Director: David Ayer
After the lacklustre receptions of both Man of Steel and its sequel-cum-crossover Batman vs Superman: Dawn of Justice, a lot of pressure has obviously been placed on the DC Cinematic Universe to redeem itself in the eyes of cinema-goers with Suicide Squad, its latest instalment. And while it certainly is an improvement over the dreary, bleak portraits of the Last Son of Krypton and the Caped Crusader, Suicide Squad is still certainly not without its flaws.
After a calamity of earth-threatening proportions ravages Midway City, sociopathic government official Amanda Waller (Viola Davis) gathers together an equally sociopathic crew of supervillains and criminals in order to combat the threat. If Task Force X succeeds in its mission, its members have their prison sentences reduced; if they fail, they die.
There’s a consistent awkwardness surrounding the film’s editing and structure. It feels as if director David Ayer set out to make a much more serious, gritty production, but following criticisms of Man of Steel and BvS for having those same aspects, significant alterations were made during post-production in order to give it a more light-hearted feel. As a result, Suicide Squad loses a lot of the dramatic tension and heft it could have certainly used and benefited from. Nevertheless, its sense of humour is able to redeem some of these pitfalls.

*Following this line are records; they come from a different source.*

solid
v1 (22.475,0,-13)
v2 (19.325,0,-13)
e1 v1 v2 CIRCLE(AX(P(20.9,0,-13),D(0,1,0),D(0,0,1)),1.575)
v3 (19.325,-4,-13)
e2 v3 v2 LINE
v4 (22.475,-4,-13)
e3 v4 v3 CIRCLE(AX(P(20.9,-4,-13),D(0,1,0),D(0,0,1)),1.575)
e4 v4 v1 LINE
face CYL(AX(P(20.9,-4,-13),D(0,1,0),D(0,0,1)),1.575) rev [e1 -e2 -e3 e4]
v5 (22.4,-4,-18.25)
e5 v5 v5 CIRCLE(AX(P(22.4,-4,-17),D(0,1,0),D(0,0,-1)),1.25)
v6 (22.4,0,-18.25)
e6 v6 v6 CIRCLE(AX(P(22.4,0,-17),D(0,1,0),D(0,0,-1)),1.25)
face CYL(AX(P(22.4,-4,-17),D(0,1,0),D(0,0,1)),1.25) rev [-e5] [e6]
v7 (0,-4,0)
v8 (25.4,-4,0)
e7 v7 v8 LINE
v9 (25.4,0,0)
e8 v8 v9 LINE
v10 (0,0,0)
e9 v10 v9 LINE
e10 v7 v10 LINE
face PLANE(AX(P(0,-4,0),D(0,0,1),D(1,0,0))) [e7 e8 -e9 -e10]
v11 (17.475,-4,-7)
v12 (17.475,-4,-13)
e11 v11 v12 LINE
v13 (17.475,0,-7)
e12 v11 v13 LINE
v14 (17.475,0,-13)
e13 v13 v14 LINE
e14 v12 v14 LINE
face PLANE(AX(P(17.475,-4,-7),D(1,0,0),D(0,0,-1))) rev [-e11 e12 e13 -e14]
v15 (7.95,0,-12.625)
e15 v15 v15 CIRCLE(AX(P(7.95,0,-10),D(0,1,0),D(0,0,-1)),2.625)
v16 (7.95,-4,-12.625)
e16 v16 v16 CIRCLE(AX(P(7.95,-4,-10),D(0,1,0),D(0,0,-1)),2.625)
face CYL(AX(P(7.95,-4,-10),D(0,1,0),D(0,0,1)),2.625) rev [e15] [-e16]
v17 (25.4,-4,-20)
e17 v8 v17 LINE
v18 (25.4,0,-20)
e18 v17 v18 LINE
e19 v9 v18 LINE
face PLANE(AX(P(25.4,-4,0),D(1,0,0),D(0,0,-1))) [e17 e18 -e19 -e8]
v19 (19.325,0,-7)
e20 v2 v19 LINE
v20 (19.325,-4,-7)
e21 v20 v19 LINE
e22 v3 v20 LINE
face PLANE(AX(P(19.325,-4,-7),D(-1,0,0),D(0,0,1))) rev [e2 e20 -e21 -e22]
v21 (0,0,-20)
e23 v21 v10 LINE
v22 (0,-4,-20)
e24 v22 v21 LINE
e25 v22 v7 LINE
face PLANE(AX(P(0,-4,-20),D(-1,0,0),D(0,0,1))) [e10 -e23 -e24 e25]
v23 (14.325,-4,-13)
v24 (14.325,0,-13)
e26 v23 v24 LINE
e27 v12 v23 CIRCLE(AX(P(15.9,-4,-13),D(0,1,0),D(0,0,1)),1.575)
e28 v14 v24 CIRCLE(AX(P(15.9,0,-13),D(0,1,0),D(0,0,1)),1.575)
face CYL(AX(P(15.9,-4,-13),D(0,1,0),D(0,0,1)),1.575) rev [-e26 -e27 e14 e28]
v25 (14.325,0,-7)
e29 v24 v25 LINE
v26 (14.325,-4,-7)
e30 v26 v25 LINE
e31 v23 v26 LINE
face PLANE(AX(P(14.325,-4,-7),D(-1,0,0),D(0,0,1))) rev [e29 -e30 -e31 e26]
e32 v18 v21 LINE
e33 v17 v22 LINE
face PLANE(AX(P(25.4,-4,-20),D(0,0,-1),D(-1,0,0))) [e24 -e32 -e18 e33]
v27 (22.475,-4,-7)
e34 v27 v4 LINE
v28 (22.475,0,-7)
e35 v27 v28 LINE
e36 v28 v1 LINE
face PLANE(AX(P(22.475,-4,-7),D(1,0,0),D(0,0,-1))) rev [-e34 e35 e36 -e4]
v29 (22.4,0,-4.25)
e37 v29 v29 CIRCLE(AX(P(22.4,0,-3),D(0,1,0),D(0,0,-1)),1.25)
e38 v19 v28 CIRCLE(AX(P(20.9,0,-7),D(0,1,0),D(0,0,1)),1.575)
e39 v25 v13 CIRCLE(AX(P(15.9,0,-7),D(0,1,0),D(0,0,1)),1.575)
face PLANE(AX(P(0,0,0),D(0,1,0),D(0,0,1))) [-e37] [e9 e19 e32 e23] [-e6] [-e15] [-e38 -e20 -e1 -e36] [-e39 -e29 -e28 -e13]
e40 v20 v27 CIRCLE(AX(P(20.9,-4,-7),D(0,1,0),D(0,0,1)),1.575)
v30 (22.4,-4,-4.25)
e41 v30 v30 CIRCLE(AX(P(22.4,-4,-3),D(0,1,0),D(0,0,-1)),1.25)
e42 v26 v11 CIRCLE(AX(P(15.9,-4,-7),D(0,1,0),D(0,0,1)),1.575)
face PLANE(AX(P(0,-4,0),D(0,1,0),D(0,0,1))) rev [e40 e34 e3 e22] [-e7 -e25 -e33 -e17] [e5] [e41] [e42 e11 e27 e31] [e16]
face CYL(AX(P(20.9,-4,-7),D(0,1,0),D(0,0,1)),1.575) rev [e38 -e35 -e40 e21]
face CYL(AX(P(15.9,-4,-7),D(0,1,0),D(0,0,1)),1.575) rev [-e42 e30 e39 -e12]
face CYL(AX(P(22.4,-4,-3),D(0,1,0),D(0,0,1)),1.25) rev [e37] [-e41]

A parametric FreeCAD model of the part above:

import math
import FreeCAD as App
import Part
import Sketcher

V = App.Vector

doc = App.newDocument("Part")
body = doc.addObject("PartDesign::Body", "Body")

# Sketch on XZ plane
sketch1 = body.newObject("Sketcher::SketchObject", "Sketch")
sketch1.AttachmentSupport = (doc.getObject("XZ_Plane"), [""])
sketch1.MapMode = "FlatFace"
sketch1.addGeometry(Part.LineSegment(V(0, -20, 0), V(0, 0, 0)), False)
sketch1.addGeometry(Part.LineSegment(V(0, 0, 0), V(25.4, 0, 0)), False)
sketch1.addGeometry(Part.LineSegment(V(25.4, 0, 0), V(25.4, -20, 0)), False)
sketch1.addGeometry(Part.LineSegment(V(25.4, -20, 0), V(0, -20, 0)), False)
sketch1.addGeometry(Part.Circle(V(22.4, -3, 0), V(0, 0, 1), 1.2), False)
sketch1.addGeometry(Part.Circle(V(8, -10, 0), V(0, 0, 1), 2.6), False)
sketch1.addGeometry(Part.ArcOfCircle(Part.Circle(V(15.9, -7, 0), V(0, 0, 1), 1.6), math.radians(0), math.radians(180)), False)
sketch1.addGeometry(Part.LineSegment(V(14.3, -7, 0), V(14.3, -13, 0)), False)
sketch1.addGeometry(Part.ArcOfCircle(Part.Circle(V(15.9, -13, 0), V(0, 0, 1), 1.6), math.radians(180), math.radians(360)), False)
sketch1.addGeometry(Part.LineSegment(V(17.5, -13, 0), V(17.5, -7, 0)), False)
sketch1.addGeometry(Part.ArcOfCircle(Part.Circle(V(20.9, -7, 0), V(0, 0, 1), 1.6), math.radians(0), math.radians(180)), False)
sketch1.addGeometry(Part.LineSegment(V(19.3, -7, 0), V(19.3, -13, 0)), False)
sketch1.addGeometry(Part.ArcOfCircle(Part.Circle(V(20.9, -13, 0), V(0, 0, 1), 1.6), math.radians(180), math.radians(360)), False)
sketch1.addGeometry(Part.LineSegment(V(22.5, -13, 0), V(22.5, -7, 0)), False)
sketch1.addGeometry(Part.Circle(V(22.4, -17, 0), V(0, 0, 1), 1.2), False)
sketch1.addConstraint(Sketcher.Constraint("Coincident", 0, 2, 1, 1))
sketch1.addConstraint(Sketcher.Constraint("Coincident", 1, 2, 2, 1))
sketch1.addConstraint(Sketcher.Constraint("Coincident", 2, 2, 3, 1))
sketch1.addConstraint(Sketcher.Constraint("Coincident", 3, 2, 0, 1))
sketch1.addConstraint(Sketcher.Constraint("Tangent", 6, 2, 7, 1))
sketch1.addConstraint(Sketcher.Constraint("Tangent", 7, 2, 8, 1))
sketch1.addConstraint(Sketcher.Constraint("Tangent", 8, 2, 9, 1))
sketch1.addConstraint(Sketcher.Constraint("Tangent", 9, 2, 6, 1))
sketch1.addConstraint(Sketcher.Constraint("Tangent", 10, 2, 11, 1))
sketch1.addConstraint(Sketcher.Constraint("Tangent", 11, 2, 12, 1))
sketch1.addConstraint(Sketcher.Constraint("Tangent", 12, 2, 13, 1))
sketch1.addConstraint(Sketcher.Constraint("Tangent", 13, 2, 10, 1))
sketch1.addConstraint(Sketcher.Constraint("Vertical", 0))
sketch1.addConstraint(Sketcher.Constraint("Horizontal", 1))
sketch1.addConstraint(Sketcher.Constraint("Vertical", 2))
sketch1.addConstraint(Sketcher.Constraint("Horizontal", 3))
sketch1.addConstraint(Sketcher.Constraint("Vertical", 7))
sketch1.addConstraint(Sketcher.Constraint("Vertical", 9))
sketch1.addConstraint(Sketcher.Constraint("Vertical", 11))
sketch1.addConstraint(Sketcher.Constraint("Vertical", 13))
sketch1.addConstraint(Sketcher.Constraint("Coincident", 0, 2, -1, 1))
sketch1.addConstraint(Sketcher.Constraint("Equal", 8, 10))
sketch1.addConstraint(Sketcher.Constraint("Equal", 4, 14))
sketch1.addConstraint(Sketcher.Constraint("Horizontal", 6, 3, 10, 3))
sketch1.addConstraint(Sketcher.Constraint("Horizontal", 8, 3, 12, 3))
sketch1.addConstraint(Sketcher.Constraint("Vertical", 4, 3, 14, 3))
sketch1.addConstraint(Sketcher.Constraint("Diameter", 4, 2.5))
sketch1.addConstraint(Sketcher.Constraint("Diameter", 5, 5.25))
sketch1.addConstraint(Sketcher.Constraint("DistanceY", 0, 1, 0, 2, 20.0))
sketch1.addConstraint(Sketcher.Constraint("DistanceY", 7, 2, 7, 1, 6.0))
sketch1.addConstraint(Sketcher.Constraint("DistanceX", 1, 1, 1, 2, 25.4))
sketch1.addConstraint(Sketcher.Constraint("DistanceY", 4, 3, -1, 1, 3.0))
sketch1.addConstraint(Sketcher.Constraint("DistanceY", 5, 3, -1, 1, 10.0))
sketch1.addConstraint(Sketcher.Constraint("DistanceY", 6, 3, -1, 1, 7.0))
sketch1.addConstraint(Sketcher.Constraint("DistanceY", 14, 3, -1, 1, 17.0))
sketch1.addConstraint(Sketcher.Constraint("Radius", 6, 1.575))
sketch1.addConstraint(Sketcher.Constraint("DistanceX", 6, 3, 10, 3, 5.0))
sketch1.addConstraint(Sketcher.Constraint("DistanceX", 4, 3, 1, 2, 3.0))
sketch1.addConstraint(Sketcher.Constraint("DistanceX", -1, 1, 6, 3, 15.9))
sketch1.addConstraint(Sketcher.Constraint("DistanceX", -1, 1, 5, 3, 7.95))
pad1 = body.newObject("PartDesign::Pad", "Pad")
pad1.Profile = sketch1
pad1.Length = 4

doc.recompute()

Being billed as a sort of “Guardians of the Galaxy with supervillains”, a large percentage of the film’s success would have to depend on the strengths of its ensemble cast. Margot Robbie’s deranged former psychiatrist Harley Quinn is without a doubt the highlight, being able to come off as hilariously unhinged as well as sympathetic and likeable. Will Smith’s Deadshot, while being a standard leading role for him, is fairly one-note and uninteresting. It’s billed as his first proper foray into bad guy territory, but his Floyd Lawton is essentially a moralistic hitman with a soft spot for his daughter. As for the other members of Task Force X, they all have their own individual quirks, which provide a few standout moments, but they aren’t really fleshed out enough for us to care about them as characters.
Another highly anticipated aspect of Suicide Squad is Jared Leto’s performance as the Joker, particularly considering the massive shoes he has to fill following Heath Ledger’s phenomenal take on arguably the greatest villain in fiction. The problem is Leto’s hardly in the film, which is a real shame. He exists largely to provide a backstory and context for Quinn and her warped mental state, and a large portion of his screen-time is relegated to flashbacks. What we do see of him comes off as an odd fusion of Ledger’s take plus elements of modern gangsta culture. It’s difficult to assess whether he’s a worthy holder of the Joker mantle until Leto’s given a more substantial appearance, which will probably happen with the inevitable Quinn-Joker spinoff.
Far from being the much-needed revitalisation for the DC Cinematic Universe, Suicide Squad is often messy and unfocused, which is disappointing considering the amount of hype that preceded its release. However, there’s still fun to be had, both through the unusual characters that splash across the screen, and some legitimately funny moments that arise from their interactions. If you manage your expectations, you’ll likely have a good time.